Tuesday, February 19, 2008

Citizens weigh in on proposed Depot market in Tucson

Developer, foes clash over planned Depot market [Source: Teya Vitu, Tucson Citizen] -- City, state and federal historical preservation guidelines differ from those of people passionate about the downtown Historic Depot, 400 E. Toole Ave. Government keepers of historic qualities see no problems with Hotel Congress owner Richard Oseran's plan to fill the depot lobby with a neighborhood market. Friends of the Historic Depot are aghast at the thought of converting the space from wooden benches and ticket counters to 4-foot high glass cases with cheeses, fruits, juices, salads, baked breads, bandages and aspirin - things you might have forgotten to buy at the supermarket, Shana Oseran said. Richard Oseran and his architect, Bob Vint, both champions of historic preservation, faced off with depot Friends Wednesday at the Tucson-Pima Historical Commission. The commission hosted an informal presentation of Oseran's ideas for Maynards' Market and Maynards' Kitchen to allow Friends of the Depot to have a say.
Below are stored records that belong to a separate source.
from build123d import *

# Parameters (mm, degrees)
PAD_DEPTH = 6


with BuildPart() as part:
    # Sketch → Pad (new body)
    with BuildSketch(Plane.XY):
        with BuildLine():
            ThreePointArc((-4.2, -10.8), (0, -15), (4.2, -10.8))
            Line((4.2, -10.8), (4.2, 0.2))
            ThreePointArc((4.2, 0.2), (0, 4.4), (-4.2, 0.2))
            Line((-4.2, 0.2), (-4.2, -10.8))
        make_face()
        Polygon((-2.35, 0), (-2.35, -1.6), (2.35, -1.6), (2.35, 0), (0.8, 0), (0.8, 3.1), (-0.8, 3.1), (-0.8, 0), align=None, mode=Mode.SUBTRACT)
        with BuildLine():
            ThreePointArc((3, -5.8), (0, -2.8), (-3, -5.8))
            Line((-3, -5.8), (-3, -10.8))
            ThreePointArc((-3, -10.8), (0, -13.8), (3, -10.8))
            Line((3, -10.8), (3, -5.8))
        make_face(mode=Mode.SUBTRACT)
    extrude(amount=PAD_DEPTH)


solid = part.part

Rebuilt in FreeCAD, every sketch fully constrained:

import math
import FreeCAD as App
import Part
import Sketcher
from FreeCAD import Vector


def add_polygon(sketch, points):
    """Adds a closed chain of lines whose ends are joined by coincident constraints."""
    first, n = sketch.GeometryCount, len(points)
    for a, b in zip(points, points[1:] + points[:1]):
        sketch.addGeometry(Part.LineSegment(App.Vector(*a, 0), App.Vector(*b, 0)), False)
    for i in range(n):
        sketch.addConstraint(Sketcher.Constraint("Coincident", first + i, 2, first + (i + 1) % n, 1))

doc = App.newDocument("Part")
body = doc.addObject("PartDesign::Body", "Body")

sketch1 = doc.addObject("Sketcher::SketchObject", "Sketch")
body.addObject(sketch1)
sketch1.AttachmentSupport = (doc.XY_Plane, [""])
sketch1.MapMode = "FlatFace"
sketch1.addGeometry(Part.ArcOfCircle(Part.Circle(Vector(0, -10.8, 0), Vector(0, 0, 1), 4.2), math.radians(180), math.radians(360)), False)
sketch1.addGeometry(Part.LineSegment(Vector(4.2, -10.8, 0), Vector(4.2, 0.2, 0)), False)
sketch1.addGeometry(Part.ArcOfCircle(Part.Circle(Vector(0, 0.2, 0), Vector(0, 0, 1), 4.2), math.radians(0), math.radians(180)), False)
sketch1.addGeometry(Part.LineSegment(Vector(-4.2, 0.2, 0), Vector(-4.2, -10.8, 0)), False)
sketch1.addGeometry(Part.ArcOfCircle(Part.Circle(Vector(0, -5.8, 0), Vector(0, 0, 1), 3), math.radians(0), math.radians(180)), False)
sketch1.addGeometry(Part.LineSegment(Vector(3, -5.8, 0), Vector(3, -10.8, 0)), False)
sketch1.addGeometry(Part.ArcOfCircle(Part.Circle(Vector(0, -10.8, 0), Vector(0, 0, 1), 3), math.radians(180), math.radians(360)), False)
sketch1.addGeometry(Part.LineSegment(Vector(-3, -10.8, 0), Vector(-3, -5.8, 0)), False)
add_polygon(sketch1, [(-2.35, -1.6), (-2.35, 0), (-0.8, 0), (-0.8, 3.1), (0.8, 3.1), (0.8, 0), (2.35, 0), (2.35, -1.6)])
sketch1.addConstraint([
    Sketcher.Constraint("Tangent", 0, 2, 1, 1),
    Sketcher.Constraint("Tangent", 1, 2, 2, 1),
    Sketcher.Constraint("Tangent", 2, 2, 3, 1),
    Sketcher.Constraint("Tangent", 3, 2, 0, 1),
    Sketcher.Constraint("Tangent", 4, 1, 5, 1),
    Sketcher.Constraint("Tangent", 5, 2, 6, 2),
    Sketcher.Constraint("Tangent", 6, 1, 7, 1),
    Sketcher.Constraint("Tangent", 7, 2, 4, 2),
    Sketcher.Constraint("Vertical", 1),
    Sketcher.Constraint("Vertical", 3),
    Sketcher.Constraint("Vertical", 5),
    Sketcher.Constraint("Vertical", 7),
    Sketcher.Constraint("Vertical", 8),
    Sketcher.Constraint("Horizontal", 9),
    Sketcher.Constraint("Vertical", 10),
    Sketcher.Constraint("Horizontal", 11),
    Sketcher.Constraint("Vertical", 12),
    Sketcher.Constraint("Horizontal", 13),
    Sketcher.Constraint("Vertical", 14),
    Sketcher.Constraint("Horizontal", 15),
    Sketcher.Constraint("Coincident", 6, 3, 0, 3),
    Sketcher.Constraint("Symmetric", 9, 2, 12, 2, -1, 1),
    Sketcher.Constraint("Symmetric", 8, 2, 13, 2, -2),
    Sketcher.Constraint("PointOnObject", 0, 3, -2),
    Sketcher.Constraint("Equal", 11, 8),
    Sketcher.Constraint("Radius", 4, 3.0),
    Sketcher.Constraint("Radius", 0, 4.2),
    Sketcher.Constraint("DistanceY", 1, 1, 1, 2, 11.0),
    Sketcher.Constraint("DistanceY", 5, 2, 5, 1, 5.0),
    Sketcher.Constraint("DistanceX", 11, 1, 11, 2, 1.6),
    Sketcher.Constraint("DistanceX", 15, 2, 15, 1, 4.7),
    Sketcher.Constraint("DistanceY", 10, 1, 10, 2, 3.1),
    Sketcher.Constraint("DistanceY", 0, 3, -1, 1, 10.8),
])
pad1 = doc.addObject("PartDesign::Pad", "Pad")
body.addObject(pad1)
pad1.Profile = sketch1
pad1.Length = 6

doc.recompute()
[Note: To read the full article, click here. Photo source: Bob Vint, Vint & Associates Architects - Rendering of the interior proposed for the Depot.]
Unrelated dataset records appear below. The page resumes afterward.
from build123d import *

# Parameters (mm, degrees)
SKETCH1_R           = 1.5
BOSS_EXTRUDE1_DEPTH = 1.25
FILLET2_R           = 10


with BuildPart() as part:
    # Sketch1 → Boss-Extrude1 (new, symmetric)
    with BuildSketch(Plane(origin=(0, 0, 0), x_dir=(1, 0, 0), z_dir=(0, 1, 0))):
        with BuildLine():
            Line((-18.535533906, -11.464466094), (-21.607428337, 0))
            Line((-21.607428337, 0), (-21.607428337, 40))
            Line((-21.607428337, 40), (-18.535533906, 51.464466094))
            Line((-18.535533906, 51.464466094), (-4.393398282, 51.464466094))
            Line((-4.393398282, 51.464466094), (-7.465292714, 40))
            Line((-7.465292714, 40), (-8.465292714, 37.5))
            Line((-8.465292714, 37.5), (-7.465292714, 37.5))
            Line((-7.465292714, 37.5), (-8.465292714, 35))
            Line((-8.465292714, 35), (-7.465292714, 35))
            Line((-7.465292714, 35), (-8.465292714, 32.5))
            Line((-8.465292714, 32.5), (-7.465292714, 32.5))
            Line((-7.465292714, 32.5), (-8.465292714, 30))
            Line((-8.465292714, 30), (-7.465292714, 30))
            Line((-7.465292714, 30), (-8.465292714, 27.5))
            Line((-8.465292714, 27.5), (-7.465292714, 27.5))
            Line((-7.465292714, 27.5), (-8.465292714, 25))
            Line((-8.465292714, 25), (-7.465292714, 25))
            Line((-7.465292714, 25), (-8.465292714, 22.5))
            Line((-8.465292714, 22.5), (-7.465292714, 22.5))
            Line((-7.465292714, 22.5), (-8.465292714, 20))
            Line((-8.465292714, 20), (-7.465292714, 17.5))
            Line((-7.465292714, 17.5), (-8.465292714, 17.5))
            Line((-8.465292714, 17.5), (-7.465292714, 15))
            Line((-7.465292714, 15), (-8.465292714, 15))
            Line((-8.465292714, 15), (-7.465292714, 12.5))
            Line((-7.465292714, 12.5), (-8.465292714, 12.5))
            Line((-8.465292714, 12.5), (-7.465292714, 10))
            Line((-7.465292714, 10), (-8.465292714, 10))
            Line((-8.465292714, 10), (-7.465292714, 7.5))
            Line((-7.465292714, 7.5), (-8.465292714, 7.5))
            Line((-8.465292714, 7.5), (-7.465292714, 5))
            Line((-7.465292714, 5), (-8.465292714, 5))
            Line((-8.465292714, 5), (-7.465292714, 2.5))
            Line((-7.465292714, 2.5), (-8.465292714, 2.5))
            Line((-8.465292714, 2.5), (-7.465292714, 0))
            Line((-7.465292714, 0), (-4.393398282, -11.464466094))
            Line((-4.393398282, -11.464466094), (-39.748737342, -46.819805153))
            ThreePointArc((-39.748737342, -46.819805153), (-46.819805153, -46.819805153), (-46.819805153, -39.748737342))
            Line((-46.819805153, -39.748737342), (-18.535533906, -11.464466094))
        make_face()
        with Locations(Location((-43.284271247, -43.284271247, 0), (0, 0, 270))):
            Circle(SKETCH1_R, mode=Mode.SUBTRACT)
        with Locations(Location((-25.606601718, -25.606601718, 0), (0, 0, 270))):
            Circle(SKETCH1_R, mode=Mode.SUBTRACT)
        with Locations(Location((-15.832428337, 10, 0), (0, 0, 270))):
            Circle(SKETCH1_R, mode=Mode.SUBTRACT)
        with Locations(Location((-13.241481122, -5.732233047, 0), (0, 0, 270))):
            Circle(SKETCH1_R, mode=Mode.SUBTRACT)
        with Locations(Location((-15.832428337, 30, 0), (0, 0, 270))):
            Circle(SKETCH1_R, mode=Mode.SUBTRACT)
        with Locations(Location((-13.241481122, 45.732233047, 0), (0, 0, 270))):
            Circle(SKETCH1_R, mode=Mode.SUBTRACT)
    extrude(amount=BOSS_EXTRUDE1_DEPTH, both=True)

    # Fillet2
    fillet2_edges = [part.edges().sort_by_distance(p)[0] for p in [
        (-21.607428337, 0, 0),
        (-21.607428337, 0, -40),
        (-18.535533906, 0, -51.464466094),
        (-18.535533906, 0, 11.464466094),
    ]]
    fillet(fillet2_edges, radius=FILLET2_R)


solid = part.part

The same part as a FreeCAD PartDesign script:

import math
import FreeCAD as App
import Part
import Sketcher
Q = App.Units.Quantity


def edges_at(feature, points):
    """Names of the edges that pass closest to the given points."""
    edges = feature.Shape.Edges
    near = lambda p: min(range(len(edges)), key=lambda i: edges[i].distToShape(Part.Vertex(*p))[0])
    return sorted({f"Edge{near(p) + 1}" for p in points})

doc = App.newDocument("Part")
body = doc.addObject("PartDesign::Body", "Body")

sketch1 = body.newObject("Sketcher::SketchObject", "Sketch")
sketch1.AttachmentSupport = (doc.getObject("XZ_Plane"), [""])
sketch1.MapMode = "FlatFace"
sketch1.addGeometry(Part.LineSegment(App.Vector(-21.607428, 0, 0), App.Vector(-18.535534, 11.464466, 0)), False)
sketch1.addGeometry(Part.LineSegment(App.Vector(-18.535534, 11.464466, 0), App.Vector(-46.819805, 39.748737, 0)), False)
sketch1.addGeometry(Part.ArcOfCircle(Part.Circle(App.Vector(-43.284271, 43.284271, 0), App.Vector(0, 0, 1), 5), math.radians(45), math.radians(225)), False)
sketch1.addGeometry(Part.LineSegment(App.Vector(-39.748737, 46.819805, 0), App.Vector(-4.393398, 11.464466, 0)), False)
sketch1.addGeometry(Part.LineSegment(App.Vector(-4.393398, 11.464466, 0), App.Vector(-7.465293, 0, 0)), False)
sketch1.addGeometry(Part.LineSegment(App.Vector(-7.465293, 0, 0), App.Vector(-8.465293, -2.5, 0)), False)
sketch1.addGeometry(Part.LineSegment(App.Vector(-8.465293, -2.5, 0), App.Vector(-7.465293, -2.5, 0)), False)
sketch1.addGeometry(Part.LineSegment(App.Vector(-7.465293, -2.5, 0), App.Vector(-8.465293, -5, 0)), False)
sketch1.addGeometry(Part.LineSegment(App.Vector(-8.465293, -5, 0), App.Vector(-7.465293, -5, 0)), False)
sketch1.addGeometry(Part.LineSegment(App.Vector(-7.465293, -5, 0), App.Vector(-8.465293, -7.5, 0)), False)
sketch1.addGeometry(Part.LineSegment(App.Vector(-8.465293, -7.5, 0), App.Vector(-7.465293, -7.5, 0)), False)
sketch1.addGeometry(Part.LineSegment(App.Vector(-7.465293, -7.5, 0), App.Vector(-8.465293, -10, 0)), False)
sketch1.addGeometry(Part.LineSegment(App.Vector(-8.465293, -10, 0), App.Vector(-7.465293, -10, 0)), False)
sketch1.addGeometry(Part.LineSegment(App.Vector(-7.465293, -10, 0), App.Vector(-8.465293, -12.5, 0)), False)
sketch1.addGeometry(Part.LineSegment(App.Vector(-8.465293, -12.5, 0), App.Vector(-7.465293, -12.5, 0)), False)
sketch1.addGeometry(Part.LineSegment(App.Vector(-7.465293, -12.5, 0), App.Vector(-8.465293, -15, 0)), False)
sketch1.addGeometry(Part.LineSegment(App.Vector(-8.465293, -15, 0), App.Vector(-7.465293, -15, 0)), False)
sketch1.addGeometry(Part.LineSegment(App.Vector(-7.465293, -15, 0), App.Vector(-8.465293, -17.5, 0)), False)
sketch1.addGeometry(Part.LineSegment(App.Vector(-8.465293, -17.5, 0), App.Vector(-7.465293, -17.5, 0)), False)
sketch1.addGeometry(Part.LineSegment(App.Vector(-7.465293, -17.5, 0), App.Vector(-8.465293, -20, 0)), False)
sketch1.addGeometry(Part.LineSegment(App.Vector(-8.465293, -20, 0), App.Vector(-7.465293, -22.5, 0)), False)
sketch1.addGeometry(Part.LineSegment(App.Vector(-7.465293, -22.5, 0), App.Vector(-8.465293, -22.5, 0)), False)
sketch1.addGeometry(Part.LineSegment(App.Vector(-8.465293, -22.5, 0), App.Vector(-7.465293, -25, 0)), False)
sketch1.addGeometry(Part.LineSegment(App.Vector(-7.465293, -25, 0), App.Vector(-8.465293, -25, 0)), False)
sketch1.addGeometry(Part.LineSegment(App.Vector(-8.465293, -25, 0), App.Vector(-7.465293, -27.5, 0)), False)
sketch1.addGeometry(Part.LineSegment(App.Vector(-7.465293, -27.5, 0), App.Vector(-8.465293, -27.5, 0)), False)
sketch1.addGeometry(Part.LineSegment(App.Vector(-8.465293, -27.5, 0), App.Vector(-7.465293, -30, 0)), False)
Don't thwart progress at depot; market needed here (op-ed) [Source: Tucson Citizen] -- The opposition to a proposed market in the downtown Historic Depot is ill-conceived on multiple levels:

  • The state Historic Preservation Office finds no problems with the market plans, so concerns that it would disrupt the depot lobby's historic integrity clearly are unfounded.
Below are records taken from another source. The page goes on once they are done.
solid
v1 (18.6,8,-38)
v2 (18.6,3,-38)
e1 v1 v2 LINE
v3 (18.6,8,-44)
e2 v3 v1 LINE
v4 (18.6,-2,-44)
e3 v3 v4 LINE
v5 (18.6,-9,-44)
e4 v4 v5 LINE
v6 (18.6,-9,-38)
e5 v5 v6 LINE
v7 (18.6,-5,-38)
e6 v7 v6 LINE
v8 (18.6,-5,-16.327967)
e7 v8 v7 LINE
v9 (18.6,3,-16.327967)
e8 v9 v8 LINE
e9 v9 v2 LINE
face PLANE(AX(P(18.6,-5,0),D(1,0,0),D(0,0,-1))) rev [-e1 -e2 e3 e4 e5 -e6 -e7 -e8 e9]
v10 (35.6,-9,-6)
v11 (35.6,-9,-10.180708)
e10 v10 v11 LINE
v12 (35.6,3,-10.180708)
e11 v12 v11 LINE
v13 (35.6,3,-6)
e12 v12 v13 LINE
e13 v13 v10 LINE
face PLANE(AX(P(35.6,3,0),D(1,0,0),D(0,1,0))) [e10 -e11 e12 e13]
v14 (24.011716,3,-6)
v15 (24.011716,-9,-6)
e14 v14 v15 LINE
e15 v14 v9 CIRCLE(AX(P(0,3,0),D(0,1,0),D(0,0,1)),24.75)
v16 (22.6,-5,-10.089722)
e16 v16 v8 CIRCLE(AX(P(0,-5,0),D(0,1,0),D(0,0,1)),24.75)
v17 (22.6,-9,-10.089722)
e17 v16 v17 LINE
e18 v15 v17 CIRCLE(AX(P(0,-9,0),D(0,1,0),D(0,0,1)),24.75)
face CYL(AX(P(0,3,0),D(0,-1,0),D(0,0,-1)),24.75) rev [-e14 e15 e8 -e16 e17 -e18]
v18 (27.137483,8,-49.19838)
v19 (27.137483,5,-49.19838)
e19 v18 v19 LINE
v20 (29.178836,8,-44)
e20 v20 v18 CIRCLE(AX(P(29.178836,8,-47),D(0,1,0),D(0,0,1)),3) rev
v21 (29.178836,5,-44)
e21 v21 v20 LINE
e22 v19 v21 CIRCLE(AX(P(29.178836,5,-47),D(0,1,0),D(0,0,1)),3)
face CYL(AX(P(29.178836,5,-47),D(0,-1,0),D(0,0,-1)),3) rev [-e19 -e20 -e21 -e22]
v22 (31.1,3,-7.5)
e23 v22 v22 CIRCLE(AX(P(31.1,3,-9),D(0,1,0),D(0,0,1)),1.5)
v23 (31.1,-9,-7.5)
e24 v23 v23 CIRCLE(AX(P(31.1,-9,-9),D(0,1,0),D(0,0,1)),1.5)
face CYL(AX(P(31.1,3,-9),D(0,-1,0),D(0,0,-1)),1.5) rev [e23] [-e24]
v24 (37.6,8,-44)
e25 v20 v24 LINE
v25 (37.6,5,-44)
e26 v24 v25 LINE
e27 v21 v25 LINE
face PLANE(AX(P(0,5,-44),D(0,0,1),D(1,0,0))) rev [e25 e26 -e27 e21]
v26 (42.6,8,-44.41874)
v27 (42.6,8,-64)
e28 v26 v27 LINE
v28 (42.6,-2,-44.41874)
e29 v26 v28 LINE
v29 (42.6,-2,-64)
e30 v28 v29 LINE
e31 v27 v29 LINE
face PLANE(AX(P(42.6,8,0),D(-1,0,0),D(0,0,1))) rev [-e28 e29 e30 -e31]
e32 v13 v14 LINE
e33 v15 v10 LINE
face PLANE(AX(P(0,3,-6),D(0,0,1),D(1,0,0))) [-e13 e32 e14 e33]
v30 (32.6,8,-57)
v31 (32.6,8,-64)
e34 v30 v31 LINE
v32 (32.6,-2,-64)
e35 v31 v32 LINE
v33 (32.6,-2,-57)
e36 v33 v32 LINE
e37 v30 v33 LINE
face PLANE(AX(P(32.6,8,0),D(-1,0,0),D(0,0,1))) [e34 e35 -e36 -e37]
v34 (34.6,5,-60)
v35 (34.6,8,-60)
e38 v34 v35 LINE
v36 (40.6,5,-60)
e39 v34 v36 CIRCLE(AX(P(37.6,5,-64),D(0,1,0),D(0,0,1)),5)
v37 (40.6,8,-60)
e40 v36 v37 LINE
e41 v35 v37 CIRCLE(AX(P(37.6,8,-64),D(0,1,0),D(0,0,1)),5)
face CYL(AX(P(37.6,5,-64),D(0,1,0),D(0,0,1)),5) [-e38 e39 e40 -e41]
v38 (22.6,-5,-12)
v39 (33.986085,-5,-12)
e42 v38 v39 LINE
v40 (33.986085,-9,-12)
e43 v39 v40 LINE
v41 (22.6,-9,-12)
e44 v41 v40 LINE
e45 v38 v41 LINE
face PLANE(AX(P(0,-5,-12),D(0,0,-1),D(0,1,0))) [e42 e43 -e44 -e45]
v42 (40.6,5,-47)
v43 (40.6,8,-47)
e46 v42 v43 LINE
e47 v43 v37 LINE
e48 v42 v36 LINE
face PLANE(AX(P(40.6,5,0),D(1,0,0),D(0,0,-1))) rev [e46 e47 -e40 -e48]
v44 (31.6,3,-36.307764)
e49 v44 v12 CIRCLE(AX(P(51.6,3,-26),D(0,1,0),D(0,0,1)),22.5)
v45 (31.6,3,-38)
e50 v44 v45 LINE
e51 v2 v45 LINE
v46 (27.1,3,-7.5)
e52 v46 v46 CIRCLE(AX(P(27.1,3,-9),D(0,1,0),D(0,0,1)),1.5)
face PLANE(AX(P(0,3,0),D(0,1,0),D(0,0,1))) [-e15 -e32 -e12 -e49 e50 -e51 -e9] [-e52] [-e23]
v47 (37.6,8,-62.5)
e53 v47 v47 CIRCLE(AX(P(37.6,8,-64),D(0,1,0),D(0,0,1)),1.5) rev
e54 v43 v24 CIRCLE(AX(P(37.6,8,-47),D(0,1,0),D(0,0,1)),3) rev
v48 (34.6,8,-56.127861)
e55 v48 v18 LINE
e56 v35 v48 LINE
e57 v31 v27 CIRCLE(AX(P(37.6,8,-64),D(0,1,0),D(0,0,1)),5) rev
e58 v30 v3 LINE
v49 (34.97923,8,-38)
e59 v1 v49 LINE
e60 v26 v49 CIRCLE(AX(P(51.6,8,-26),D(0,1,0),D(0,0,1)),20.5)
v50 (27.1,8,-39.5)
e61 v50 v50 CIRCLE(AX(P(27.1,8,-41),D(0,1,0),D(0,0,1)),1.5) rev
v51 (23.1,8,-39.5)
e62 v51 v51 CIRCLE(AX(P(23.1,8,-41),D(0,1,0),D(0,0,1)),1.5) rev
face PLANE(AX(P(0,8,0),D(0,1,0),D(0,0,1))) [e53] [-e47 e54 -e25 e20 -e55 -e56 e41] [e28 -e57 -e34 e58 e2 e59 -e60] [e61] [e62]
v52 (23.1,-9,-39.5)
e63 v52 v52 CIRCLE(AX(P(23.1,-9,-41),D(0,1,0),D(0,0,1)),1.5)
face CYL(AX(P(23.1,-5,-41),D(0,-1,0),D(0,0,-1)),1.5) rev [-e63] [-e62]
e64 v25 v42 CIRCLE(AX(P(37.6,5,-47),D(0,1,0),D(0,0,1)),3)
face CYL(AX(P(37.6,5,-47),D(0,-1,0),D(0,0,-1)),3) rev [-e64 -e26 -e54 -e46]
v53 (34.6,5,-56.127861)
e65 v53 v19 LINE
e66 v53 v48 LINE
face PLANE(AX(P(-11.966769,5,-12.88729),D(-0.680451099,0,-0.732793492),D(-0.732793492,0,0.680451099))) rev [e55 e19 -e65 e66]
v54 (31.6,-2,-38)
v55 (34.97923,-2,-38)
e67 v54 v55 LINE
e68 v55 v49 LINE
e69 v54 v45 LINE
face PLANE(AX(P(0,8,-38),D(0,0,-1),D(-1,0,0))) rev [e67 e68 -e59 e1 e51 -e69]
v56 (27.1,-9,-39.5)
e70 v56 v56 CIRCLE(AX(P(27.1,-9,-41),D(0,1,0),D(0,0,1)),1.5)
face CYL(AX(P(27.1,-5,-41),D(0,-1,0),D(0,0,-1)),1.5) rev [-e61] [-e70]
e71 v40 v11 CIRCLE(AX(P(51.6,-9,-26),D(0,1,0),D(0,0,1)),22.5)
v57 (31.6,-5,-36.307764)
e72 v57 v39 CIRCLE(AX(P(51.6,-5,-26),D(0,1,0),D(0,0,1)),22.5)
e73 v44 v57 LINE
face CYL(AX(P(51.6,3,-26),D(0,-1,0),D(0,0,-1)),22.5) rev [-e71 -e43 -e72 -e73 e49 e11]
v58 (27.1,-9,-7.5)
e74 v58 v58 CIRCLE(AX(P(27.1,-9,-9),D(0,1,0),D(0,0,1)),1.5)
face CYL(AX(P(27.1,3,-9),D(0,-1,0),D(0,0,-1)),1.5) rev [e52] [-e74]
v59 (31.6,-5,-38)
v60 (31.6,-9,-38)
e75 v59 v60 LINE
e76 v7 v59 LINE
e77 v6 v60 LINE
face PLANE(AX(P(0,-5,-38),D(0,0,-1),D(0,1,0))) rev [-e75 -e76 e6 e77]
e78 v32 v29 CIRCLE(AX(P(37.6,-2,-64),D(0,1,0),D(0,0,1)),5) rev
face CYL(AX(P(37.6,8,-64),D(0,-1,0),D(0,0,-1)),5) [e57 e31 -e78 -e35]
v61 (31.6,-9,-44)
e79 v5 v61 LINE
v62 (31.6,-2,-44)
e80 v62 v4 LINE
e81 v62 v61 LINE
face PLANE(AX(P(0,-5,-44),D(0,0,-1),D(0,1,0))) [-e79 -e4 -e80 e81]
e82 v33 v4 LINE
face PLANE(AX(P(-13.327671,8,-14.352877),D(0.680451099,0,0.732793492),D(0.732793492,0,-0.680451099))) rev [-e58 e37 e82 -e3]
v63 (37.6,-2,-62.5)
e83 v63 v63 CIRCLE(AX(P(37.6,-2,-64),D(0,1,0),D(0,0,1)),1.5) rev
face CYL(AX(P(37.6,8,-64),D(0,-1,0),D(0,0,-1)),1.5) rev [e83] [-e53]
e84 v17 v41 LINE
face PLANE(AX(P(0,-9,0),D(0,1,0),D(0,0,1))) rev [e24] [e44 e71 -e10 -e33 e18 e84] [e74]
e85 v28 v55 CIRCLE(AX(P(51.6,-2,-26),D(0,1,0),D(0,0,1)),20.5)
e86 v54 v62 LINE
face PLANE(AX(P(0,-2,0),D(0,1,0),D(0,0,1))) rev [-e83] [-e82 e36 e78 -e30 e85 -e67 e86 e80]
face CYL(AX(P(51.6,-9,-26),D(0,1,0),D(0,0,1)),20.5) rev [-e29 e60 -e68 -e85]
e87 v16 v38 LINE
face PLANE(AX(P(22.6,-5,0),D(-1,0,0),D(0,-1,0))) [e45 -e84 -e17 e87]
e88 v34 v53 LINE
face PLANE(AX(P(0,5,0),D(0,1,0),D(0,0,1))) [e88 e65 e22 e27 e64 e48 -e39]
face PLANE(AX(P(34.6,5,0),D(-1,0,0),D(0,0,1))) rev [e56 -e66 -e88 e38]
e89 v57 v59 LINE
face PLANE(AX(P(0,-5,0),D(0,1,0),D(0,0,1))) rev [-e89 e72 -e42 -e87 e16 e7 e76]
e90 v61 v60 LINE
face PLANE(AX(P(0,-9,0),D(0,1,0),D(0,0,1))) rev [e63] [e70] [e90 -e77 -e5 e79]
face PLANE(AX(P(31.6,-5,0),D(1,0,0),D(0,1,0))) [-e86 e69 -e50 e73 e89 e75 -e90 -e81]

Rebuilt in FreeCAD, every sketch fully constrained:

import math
import FreeCAD as App
import Part
import Sketcher
Q = App.Units.Quantity


def edges_at(feature, points):
    """Names of the edges that pass closest to the given points."""
    edges = feature.Shape.Edges
    near = lambda p: min(range(len(edges)), key=lambda i: edges[i].distToShape(Part.Vertex(*p))[0])
    return sorted({f"Edge{near(p) + 1}" for p in points})


def add_polygon(sketch, points):
    """Adds a closed chain of lines whose ends are joined by coincident constraints."""
    first, n = sketch.GeometryCount, len(points)
    for a, b in zip(points, points[1:] + points[:1]):
        sketch.addGeometry(Part.LineSegment(App.Vector(*a, 0), App.Vector(*b, 0)), False)
    for i in range(n):
        sketch.addConstraint(Sketcher.Constraint("Coincident", first + i, 2, first + (i + 1) % n, 1))

doc = App.newDocument("Part")
params = doc.addObject("Spreadsheet::Sheet", "Params")
for row, (alias, value) in enumerate([
    ("sketch1_diameter", "3 mm"),
    ("sketch1_width", "13 mm"),
    ("sketch1_height", "6 mm"),
    ("pad1_length", "4 mm"),
    ("sketch2_diameter", "3 mm"),
    ("sketch2_radius", "22.5 mm"),
    ("sketch2_radius2", "24.75 mm"),
    ("pad2_length", "4 mm"),
    ("sketch3_diameter", "3 mm"),
    ("sketch3_radius", "22.5 mm"),
    ("sketch3_width", "13 mm"),
    ("sketch3_radius2", "24.75 mm"),
    ("pad3_length", "8 mm"),
    ("sketch4_diameter", "3 mm"),
    ("sketch4_radius", "5 mm"),
    ("sketch4_width", "19 mm"),
    ("sketch4_height", "7 mm"),
    ("sketch4_height2", "6 mm"),
    ("pad4_length", "5 mm"),
    ("sketch5_diameter", "3 mm"),
    ("sketch5_radius", "5 mm"),
    ("sketch5_width", "13 mm"),
    ("sketch5_width2", "6 mm"),
    ("sketch5_height", "7 mm"),
    ("pad5_length", "5 mm"),
    ("sketch6_radius", "5 mm"),
    ("sketch6_height", "16 mm"),
    ("pocket1_length", "3 mm"),
    ("fillet_radius", "3 mm"),
    ("sketch7_diameter", "41 mm"),
], start=1):
    params.set(f"A{row}", alias)
    params.set(f"B{row}", "=" + value)
    params.setAlias(f"B{row}", alias)

body = doc.addObject("PartDesign::Body", "Body")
  • The market would be removable, using only portable cases not affixed to walls or floors.

  • The enterprise would offer cheeses, fruits, baked goods, aspirin and other items that would make train travelers' wait times more pleasant.

  • Because Amtrak runs only one train a day through Tucson, six days a week, only 40 to 60 passengers use the station each day. The lobby isn't exactly teeming with such crowds that the market couldn't be accommodated.